- [Entries supplied]:
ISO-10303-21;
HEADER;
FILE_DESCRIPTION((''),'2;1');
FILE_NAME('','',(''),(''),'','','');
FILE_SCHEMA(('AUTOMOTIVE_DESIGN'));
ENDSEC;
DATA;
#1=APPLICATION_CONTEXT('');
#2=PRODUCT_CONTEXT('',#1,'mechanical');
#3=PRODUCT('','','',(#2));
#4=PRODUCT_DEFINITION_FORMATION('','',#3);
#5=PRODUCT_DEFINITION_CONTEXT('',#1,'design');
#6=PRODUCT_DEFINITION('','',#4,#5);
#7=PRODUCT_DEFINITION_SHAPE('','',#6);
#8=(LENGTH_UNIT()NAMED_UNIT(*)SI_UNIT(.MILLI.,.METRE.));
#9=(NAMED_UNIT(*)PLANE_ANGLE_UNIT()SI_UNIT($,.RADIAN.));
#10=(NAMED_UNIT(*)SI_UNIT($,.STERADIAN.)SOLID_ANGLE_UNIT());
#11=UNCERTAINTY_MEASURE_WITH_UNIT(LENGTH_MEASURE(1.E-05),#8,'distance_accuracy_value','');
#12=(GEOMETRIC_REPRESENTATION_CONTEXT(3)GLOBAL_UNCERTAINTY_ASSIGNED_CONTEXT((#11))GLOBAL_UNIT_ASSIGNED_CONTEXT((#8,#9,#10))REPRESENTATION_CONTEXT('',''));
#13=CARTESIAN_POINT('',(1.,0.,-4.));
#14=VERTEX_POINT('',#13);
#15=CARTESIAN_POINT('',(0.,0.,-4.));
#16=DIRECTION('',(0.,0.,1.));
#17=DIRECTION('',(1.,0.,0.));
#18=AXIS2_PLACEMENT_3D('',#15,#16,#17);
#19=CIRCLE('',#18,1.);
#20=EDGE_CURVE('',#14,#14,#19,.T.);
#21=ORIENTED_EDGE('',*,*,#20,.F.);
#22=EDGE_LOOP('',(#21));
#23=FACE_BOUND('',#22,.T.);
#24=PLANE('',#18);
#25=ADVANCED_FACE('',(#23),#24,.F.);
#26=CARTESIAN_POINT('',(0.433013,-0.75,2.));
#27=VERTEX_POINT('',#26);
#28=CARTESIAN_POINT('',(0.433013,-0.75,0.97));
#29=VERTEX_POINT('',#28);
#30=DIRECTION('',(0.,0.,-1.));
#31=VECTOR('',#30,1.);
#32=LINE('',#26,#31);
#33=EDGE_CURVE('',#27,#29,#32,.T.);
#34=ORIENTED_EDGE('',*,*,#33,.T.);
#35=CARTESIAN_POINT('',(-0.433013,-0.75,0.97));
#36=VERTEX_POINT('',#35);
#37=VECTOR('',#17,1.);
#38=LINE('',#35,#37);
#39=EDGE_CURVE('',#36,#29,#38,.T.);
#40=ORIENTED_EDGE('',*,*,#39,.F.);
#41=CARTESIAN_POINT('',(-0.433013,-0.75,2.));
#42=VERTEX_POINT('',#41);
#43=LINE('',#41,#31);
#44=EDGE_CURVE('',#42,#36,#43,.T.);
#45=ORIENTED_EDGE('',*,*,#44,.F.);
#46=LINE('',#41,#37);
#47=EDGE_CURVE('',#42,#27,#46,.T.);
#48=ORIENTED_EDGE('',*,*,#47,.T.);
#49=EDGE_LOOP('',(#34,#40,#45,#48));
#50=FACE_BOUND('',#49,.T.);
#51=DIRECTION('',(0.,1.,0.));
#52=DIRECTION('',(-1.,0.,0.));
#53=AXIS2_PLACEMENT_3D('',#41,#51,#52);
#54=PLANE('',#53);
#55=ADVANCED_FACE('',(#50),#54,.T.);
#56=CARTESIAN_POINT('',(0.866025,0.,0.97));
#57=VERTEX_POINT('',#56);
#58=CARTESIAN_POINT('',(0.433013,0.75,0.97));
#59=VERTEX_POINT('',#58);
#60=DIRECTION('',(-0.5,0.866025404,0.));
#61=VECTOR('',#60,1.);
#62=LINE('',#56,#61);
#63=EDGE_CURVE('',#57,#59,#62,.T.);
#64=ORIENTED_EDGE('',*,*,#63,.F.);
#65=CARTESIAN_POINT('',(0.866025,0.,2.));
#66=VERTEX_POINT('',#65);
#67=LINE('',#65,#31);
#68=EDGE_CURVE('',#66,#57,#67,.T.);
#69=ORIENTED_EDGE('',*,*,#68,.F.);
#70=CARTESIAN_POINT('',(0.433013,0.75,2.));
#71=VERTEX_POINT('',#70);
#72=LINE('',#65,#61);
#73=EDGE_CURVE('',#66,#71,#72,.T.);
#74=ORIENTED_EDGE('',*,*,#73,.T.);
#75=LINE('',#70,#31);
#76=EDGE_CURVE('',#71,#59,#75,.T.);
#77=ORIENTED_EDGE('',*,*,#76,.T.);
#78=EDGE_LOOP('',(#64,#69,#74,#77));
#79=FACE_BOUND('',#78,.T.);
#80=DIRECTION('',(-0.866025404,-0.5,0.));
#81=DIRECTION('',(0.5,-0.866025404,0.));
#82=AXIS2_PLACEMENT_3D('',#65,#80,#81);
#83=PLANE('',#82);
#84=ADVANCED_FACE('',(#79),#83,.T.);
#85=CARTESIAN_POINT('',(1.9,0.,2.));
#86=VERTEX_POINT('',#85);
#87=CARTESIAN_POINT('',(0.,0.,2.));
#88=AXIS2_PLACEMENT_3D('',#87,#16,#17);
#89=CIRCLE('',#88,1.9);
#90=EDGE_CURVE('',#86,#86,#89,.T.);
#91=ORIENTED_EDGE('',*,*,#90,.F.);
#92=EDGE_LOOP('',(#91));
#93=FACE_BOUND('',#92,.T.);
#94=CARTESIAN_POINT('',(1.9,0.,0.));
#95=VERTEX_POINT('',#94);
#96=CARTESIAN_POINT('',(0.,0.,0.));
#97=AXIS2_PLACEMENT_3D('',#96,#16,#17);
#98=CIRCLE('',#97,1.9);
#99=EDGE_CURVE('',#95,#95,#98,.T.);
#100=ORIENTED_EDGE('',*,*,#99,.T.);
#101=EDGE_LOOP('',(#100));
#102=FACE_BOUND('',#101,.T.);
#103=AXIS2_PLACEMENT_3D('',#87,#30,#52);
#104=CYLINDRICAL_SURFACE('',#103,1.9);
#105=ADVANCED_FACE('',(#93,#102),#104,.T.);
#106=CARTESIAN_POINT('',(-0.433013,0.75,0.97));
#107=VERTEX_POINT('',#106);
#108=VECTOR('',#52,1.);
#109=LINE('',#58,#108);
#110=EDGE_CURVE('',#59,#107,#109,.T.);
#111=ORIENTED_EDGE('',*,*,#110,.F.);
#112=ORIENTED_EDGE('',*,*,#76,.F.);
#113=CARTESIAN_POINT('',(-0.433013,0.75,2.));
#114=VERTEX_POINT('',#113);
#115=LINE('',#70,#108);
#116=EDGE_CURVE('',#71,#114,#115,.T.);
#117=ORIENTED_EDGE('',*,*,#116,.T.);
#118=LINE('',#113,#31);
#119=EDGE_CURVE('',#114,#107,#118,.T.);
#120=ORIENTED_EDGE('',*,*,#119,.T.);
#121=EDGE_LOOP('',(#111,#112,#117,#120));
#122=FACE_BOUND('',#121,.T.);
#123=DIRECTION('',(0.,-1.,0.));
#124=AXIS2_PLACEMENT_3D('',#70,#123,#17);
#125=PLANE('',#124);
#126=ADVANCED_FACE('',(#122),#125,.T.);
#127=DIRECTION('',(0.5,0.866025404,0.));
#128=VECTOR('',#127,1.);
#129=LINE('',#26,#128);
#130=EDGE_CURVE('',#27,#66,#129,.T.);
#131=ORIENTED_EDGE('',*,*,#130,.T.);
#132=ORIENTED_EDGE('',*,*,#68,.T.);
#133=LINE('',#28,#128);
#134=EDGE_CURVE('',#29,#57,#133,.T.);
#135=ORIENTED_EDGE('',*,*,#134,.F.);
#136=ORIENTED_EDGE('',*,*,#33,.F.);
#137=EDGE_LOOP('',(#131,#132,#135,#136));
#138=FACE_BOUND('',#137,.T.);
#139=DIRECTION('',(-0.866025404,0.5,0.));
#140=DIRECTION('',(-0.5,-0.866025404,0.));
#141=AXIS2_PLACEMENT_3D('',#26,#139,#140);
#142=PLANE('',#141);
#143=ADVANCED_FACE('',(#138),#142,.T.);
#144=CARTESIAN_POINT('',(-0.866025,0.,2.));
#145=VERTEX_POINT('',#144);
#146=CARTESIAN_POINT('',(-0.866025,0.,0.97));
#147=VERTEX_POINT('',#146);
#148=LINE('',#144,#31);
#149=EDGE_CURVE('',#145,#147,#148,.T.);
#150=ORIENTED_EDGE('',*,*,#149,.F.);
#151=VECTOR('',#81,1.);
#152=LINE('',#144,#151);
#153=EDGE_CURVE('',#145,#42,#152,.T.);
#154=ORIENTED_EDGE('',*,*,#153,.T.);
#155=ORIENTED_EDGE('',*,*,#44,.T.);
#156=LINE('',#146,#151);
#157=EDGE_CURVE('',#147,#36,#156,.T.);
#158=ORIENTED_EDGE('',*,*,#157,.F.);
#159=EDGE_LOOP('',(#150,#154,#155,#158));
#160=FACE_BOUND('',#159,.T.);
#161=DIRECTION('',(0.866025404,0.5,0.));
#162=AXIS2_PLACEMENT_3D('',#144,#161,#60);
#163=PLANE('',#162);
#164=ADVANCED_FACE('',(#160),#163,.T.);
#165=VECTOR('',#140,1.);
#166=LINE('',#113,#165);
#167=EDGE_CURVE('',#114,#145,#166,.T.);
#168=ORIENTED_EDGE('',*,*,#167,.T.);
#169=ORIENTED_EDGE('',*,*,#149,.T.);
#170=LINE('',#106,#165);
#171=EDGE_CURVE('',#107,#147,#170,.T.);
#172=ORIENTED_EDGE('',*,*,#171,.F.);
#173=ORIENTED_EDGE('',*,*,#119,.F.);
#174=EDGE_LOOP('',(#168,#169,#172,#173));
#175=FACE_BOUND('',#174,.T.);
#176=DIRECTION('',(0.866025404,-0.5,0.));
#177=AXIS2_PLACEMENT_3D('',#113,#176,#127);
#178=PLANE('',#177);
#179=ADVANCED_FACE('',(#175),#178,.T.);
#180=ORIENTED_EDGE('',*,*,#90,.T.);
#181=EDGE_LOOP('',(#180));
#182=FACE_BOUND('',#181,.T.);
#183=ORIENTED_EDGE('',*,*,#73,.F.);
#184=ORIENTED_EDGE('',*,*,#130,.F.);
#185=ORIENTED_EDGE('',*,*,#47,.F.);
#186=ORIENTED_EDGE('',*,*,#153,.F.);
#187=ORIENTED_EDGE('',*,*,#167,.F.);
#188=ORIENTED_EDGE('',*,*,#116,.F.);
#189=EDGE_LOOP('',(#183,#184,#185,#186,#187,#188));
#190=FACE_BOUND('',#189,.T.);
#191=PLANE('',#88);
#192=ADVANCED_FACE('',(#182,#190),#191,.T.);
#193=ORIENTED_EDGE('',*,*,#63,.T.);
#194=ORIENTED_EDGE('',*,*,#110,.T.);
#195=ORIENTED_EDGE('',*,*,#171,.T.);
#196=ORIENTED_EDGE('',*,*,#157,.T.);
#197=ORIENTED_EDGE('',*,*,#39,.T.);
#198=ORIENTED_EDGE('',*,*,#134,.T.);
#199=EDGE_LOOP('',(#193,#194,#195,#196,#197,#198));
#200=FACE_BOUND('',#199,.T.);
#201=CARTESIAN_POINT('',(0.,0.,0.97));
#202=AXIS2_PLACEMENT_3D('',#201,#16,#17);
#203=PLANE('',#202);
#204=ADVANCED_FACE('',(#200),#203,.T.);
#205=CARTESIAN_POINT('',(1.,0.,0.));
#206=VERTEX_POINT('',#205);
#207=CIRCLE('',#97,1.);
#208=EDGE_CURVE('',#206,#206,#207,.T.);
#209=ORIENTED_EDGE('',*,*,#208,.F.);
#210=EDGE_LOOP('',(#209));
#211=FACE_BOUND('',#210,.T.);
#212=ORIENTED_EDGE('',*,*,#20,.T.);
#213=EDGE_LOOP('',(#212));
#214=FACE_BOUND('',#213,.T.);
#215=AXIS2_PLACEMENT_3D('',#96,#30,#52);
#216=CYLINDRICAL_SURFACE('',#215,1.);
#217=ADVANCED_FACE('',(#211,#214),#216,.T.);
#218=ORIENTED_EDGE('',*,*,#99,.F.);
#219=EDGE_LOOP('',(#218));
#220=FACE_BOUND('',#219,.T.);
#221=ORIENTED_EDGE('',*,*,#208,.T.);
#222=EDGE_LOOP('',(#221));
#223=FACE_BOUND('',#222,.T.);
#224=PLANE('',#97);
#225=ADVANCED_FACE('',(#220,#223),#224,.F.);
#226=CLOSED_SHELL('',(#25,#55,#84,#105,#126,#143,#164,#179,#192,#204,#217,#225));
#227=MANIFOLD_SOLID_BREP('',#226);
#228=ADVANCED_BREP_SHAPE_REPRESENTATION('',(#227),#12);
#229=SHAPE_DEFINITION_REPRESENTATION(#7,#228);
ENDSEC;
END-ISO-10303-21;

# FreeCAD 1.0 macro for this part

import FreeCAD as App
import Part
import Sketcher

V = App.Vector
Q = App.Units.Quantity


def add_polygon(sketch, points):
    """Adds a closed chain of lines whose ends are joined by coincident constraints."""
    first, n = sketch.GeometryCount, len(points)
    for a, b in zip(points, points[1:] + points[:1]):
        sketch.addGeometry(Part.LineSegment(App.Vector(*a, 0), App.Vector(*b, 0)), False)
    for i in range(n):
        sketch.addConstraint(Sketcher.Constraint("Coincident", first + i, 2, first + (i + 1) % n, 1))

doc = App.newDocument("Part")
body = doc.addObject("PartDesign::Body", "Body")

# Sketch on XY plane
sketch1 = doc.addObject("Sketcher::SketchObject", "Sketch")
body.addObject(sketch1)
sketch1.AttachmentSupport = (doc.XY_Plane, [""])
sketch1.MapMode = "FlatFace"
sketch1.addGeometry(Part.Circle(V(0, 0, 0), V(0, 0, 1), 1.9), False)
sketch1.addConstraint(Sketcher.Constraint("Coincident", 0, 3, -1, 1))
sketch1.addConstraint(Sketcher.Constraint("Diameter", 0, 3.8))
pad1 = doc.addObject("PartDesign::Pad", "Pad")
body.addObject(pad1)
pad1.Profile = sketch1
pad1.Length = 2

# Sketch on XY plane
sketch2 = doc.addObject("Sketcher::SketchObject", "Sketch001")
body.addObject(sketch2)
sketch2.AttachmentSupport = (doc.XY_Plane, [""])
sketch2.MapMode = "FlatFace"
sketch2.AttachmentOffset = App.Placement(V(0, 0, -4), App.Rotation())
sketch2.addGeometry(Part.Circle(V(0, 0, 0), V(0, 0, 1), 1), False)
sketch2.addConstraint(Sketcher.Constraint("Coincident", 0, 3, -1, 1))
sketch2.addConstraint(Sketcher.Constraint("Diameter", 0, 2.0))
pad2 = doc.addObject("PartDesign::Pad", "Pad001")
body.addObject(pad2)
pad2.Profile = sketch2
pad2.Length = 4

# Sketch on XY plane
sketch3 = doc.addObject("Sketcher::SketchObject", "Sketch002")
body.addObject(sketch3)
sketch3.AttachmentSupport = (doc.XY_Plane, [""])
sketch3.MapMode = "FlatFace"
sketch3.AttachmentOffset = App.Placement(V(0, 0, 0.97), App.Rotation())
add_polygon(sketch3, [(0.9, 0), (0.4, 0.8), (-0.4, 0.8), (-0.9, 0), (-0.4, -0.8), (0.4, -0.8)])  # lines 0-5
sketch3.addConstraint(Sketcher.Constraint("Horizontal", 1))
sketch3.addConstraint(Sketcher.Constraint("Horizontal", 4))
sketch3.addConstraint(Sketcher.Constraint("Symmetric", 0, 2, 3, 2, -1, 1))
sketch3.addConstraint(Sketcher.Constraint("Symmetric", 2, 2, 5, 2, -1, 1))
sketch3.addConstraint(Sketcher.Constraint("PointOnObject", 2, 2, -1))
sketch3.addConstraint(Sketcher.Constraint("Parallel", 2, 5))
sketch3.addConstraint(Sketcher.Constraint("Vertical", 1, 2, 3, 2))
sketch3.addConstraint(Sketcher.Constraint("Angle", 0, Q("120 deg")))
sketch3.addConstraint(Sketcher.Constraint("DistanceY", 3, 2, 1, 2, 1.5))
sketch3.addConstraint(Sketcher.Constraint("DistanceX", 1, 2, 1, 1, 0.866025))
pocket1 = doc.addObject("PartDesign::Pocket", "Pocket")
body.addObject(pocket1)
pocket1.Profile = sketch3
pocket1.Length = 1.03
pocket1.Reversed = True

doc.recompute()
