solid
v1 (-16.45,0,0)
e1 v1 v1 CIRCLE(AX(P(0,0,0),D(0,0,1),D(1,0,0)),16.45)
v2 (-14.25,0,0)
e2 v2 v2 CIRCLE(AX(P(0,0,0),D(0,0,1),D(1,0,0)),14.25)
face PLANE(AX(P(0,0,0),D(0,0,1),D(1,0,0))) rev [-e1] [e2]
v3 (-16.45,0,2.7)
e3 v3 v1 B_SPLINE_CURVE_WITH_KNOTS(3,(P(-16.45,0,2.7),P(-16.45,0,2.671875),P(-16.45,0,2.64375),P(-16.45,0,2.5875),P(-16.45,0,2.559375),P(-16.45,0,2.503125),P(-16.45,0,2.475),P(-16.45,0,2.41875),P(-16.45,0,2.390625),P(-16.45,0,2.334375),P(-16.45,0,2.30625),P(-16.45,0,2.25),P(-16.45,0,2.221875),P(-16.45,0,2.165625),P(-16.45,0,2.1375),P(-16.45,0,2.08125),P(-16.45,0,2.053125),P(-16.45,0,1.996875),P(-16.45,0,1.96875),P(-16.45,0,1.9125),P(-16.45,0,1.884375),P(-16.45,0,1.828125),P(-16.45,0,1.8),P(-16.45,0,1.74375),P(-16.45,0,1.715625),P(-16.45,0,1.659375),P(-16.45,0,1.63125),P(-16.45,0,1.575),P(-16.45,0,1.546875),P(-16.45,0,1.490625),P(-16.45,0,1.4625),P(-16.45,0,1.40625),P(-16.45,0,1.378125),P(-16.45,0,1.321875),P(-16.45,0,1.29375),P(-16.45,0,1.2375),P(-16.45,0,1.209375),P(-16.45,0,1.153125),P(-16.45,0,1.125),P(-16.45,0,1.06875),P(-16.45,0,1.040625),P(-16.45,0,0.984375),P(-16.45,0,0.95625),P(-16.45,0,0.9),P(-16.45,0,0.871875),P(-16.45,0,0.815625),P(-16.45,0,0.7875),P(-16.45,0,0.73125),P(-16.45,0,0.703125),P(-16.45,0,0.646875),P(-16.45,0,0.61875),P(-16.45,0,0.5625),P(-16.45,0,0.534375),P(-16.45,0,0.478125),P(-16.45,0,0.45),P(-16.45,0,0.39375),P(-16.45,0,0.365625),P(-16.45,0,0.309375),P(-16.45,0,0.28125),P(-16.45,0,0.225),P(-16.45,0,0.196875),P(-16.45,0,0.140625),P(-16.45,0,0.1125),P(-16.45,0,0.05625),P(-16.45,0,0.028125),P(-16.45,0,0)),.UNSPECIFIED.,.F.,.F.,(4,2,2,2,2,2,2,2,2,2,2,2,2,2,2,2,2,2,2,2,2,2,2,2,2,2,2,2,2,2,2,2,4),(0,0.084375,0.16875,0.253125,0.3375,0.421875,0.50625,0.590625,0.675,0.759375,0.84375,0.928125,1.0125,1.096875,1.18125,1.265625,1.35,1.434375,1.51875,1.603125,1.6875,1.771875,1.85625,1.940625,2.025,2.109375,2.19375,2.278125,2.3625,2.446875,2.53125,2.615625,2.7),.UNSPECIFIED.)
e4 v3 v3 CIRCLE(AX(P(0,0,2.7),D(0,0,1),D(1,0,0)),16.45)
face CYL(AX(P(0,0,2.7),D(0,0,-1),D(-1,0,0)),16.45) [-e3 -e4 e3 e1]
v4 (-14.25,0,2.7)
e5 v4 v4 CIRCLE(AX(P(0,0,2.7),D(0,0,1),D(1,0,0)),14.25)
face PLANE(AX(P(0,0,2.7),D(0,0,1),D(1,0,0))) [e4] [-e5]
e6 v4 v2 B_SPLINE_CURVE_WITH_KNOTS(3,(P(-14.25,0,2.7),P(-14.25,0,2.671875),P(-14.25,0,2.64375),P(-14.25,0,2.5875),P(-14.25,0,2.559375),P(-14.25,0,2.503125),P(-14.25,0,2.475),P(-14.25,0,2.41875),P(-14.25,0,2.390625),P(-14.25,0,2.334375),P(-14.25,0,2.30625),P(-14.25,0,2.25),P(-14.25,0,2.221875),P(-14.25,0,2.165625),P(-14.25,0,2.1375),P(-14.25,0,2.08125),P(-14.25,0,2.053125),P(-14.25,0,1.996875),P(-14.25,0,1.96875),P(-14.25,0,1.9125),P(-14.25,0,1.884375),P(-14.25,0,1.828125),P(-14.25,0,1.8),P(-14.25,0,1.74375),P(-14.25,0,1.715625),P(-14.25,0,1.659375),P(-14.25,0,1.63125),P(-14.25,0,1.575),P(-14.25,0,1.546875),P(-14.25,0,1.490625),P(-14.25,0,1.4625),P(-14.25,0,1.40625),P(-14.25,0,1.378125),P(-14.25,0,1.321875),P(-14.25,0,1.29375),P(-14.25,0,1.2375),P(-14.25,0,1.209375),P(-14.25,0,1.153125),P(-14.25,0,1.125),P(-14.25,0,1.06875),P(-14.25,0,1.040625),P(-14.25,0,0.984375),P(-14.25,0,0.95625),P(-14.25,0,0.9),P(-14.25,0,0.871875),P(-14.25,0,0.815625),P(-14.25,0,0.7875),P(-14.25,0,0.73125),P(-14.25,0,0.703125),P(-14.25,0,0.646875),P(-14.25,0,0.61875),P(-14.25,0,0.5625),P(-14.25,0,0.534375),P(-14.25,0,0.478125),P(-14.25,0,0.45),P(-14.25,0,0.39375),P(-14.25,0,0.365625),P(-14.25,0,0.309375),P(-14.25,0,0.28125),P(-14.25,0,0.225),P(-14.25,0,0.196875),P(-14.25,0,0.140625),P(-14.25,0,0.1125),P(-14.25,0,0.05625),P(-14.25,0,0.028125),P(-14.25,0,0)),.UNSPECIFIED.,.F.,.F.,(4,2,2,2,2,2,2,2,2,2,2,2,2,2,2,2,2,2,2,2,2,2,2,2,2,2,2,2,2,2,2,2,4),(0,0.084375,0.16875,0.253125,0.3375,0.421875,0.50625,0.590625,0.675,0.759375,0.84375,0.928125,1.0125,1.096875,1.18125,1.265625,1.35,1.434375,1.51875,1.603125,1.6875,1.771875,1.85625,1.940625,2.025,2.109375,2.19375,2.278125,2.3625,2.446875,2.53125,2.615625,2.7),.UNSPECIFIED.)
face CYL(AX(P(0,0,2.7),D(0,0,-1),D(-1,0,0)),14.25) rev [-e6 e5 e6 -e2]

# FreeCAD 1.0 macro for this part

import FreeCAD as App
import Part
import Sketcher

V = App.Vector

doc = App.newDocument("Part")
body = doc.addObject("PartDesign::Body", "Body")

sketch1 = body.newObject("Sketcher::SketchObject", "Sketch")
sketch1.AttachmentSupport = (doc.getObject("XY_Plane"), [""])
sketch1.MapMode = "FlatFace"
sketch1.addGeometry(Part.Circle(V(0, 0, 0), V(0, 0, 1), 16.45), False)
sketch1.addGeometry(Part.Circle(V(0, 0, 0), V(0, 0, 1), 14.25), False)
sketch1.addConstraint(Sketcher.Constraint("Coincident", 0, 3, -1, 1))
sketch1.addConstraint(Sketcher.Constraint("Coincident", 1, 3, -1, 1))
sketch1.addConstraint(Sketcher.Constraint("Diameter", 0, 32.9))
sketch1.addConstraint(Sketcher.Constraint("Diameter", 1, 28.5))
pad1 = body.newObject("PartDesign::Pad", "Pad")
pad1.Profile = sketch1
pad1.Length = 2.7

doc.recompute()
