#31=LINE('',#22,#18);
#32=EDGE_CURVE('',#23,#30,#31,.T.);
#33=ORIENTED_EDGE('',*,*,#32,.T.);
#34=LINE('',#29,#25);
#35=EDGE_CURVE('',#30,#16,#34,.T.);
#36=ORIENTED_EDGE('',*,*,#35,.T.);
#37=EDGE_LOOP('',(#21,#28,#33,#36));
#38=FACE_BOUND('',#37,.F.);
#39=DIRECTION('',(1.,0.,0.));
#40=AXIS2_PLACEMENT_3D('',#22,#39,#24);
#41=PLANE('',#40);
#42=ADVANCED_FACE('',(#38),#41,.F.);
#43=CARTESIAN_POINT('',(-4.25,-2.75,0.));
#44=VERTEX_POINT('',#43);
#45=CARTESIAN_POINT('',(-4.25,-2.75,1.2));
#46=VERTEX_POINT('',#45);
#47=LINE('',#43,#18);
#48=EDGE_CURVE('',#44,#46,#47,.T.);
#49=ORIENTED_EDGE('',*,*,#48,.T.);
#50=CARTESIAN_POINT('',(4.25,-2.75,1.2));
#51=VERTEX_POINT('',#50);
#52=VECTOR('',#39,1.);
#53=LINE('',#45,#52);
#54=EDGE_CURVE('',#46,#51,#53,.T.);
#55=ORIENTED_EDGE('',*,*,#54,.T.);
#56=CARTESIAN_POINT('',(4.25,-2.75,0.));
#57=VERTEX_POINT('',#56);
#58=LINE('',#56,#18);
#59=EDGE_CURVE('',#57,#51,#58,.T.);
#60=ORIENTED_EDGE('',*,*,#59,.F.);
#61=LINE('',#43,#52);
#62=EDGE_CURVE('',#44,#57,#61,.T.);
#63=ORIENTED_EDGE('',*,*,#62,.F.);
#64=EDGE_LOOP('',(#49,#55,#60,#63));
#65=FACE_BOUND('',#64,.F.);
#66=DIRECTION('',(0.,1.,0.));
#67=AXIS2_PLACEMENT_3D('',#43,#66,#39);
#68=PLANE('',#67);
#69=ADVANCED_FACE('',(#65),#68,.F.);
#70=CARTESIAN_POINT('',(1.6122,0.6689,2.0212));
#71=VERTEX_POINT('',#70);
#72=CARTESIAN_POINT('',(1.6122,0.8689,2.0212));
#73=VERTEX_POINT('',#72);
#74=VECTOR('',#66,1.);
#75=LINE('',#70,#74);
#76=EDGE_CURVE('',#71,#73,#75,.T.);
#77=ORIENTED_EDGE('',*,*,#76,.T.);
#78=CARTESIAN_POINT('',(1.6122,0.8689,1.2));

- [Exercise requirements]: Reproduce, word for word and in full, only the lines above that start at the line with "#198=ORIENTED_EDGE('',*,*,#134,.T.);" and run through the line with "#215=AXIS2_PLACEMENT_3D('',#96,#30,#52);", both ends included.

- [Result of this task]:
#198=ORIENTED_EDGE('',*,*,#134,.T.);
#199=EDGE_LOOP('',(#193,#194,#195,#196,#197,#198));
#200=FACE_BOUND('',#199,.T.);
#201=CARTESIAN_POINT('',(0.,0.,0.97));
#202=AXIS2_PLACEMENT_3D('',#201,#16,#17);
#203=PLANE('',#202);
#204=ADVANCED_FACE('',(#200),#203,.T.);
#205=CARTESIAN_POINT('',(1.,0.,0.));
#206=VERTEX_POINT('',#205);
#207=CIRCLE('',#97,1.);
#208=EDGE_CURVE('',#206,#206,#207,.T.);
#209=ORIENTED_EDGE('',*,*,#208,.F.);
#210=EDGE_LOOP('',(#209));
#211=FACE_BOUND('',#210,.T.);
#212=ORIENTED_EDGE('',*,*,#20,.T.);
#213=EDGE_LOOP('',(#212));
#214=FACE_BOUND('',#213,.T.);
#215=AXIS2_PLACEMENT_3D('',#96,#30,#52);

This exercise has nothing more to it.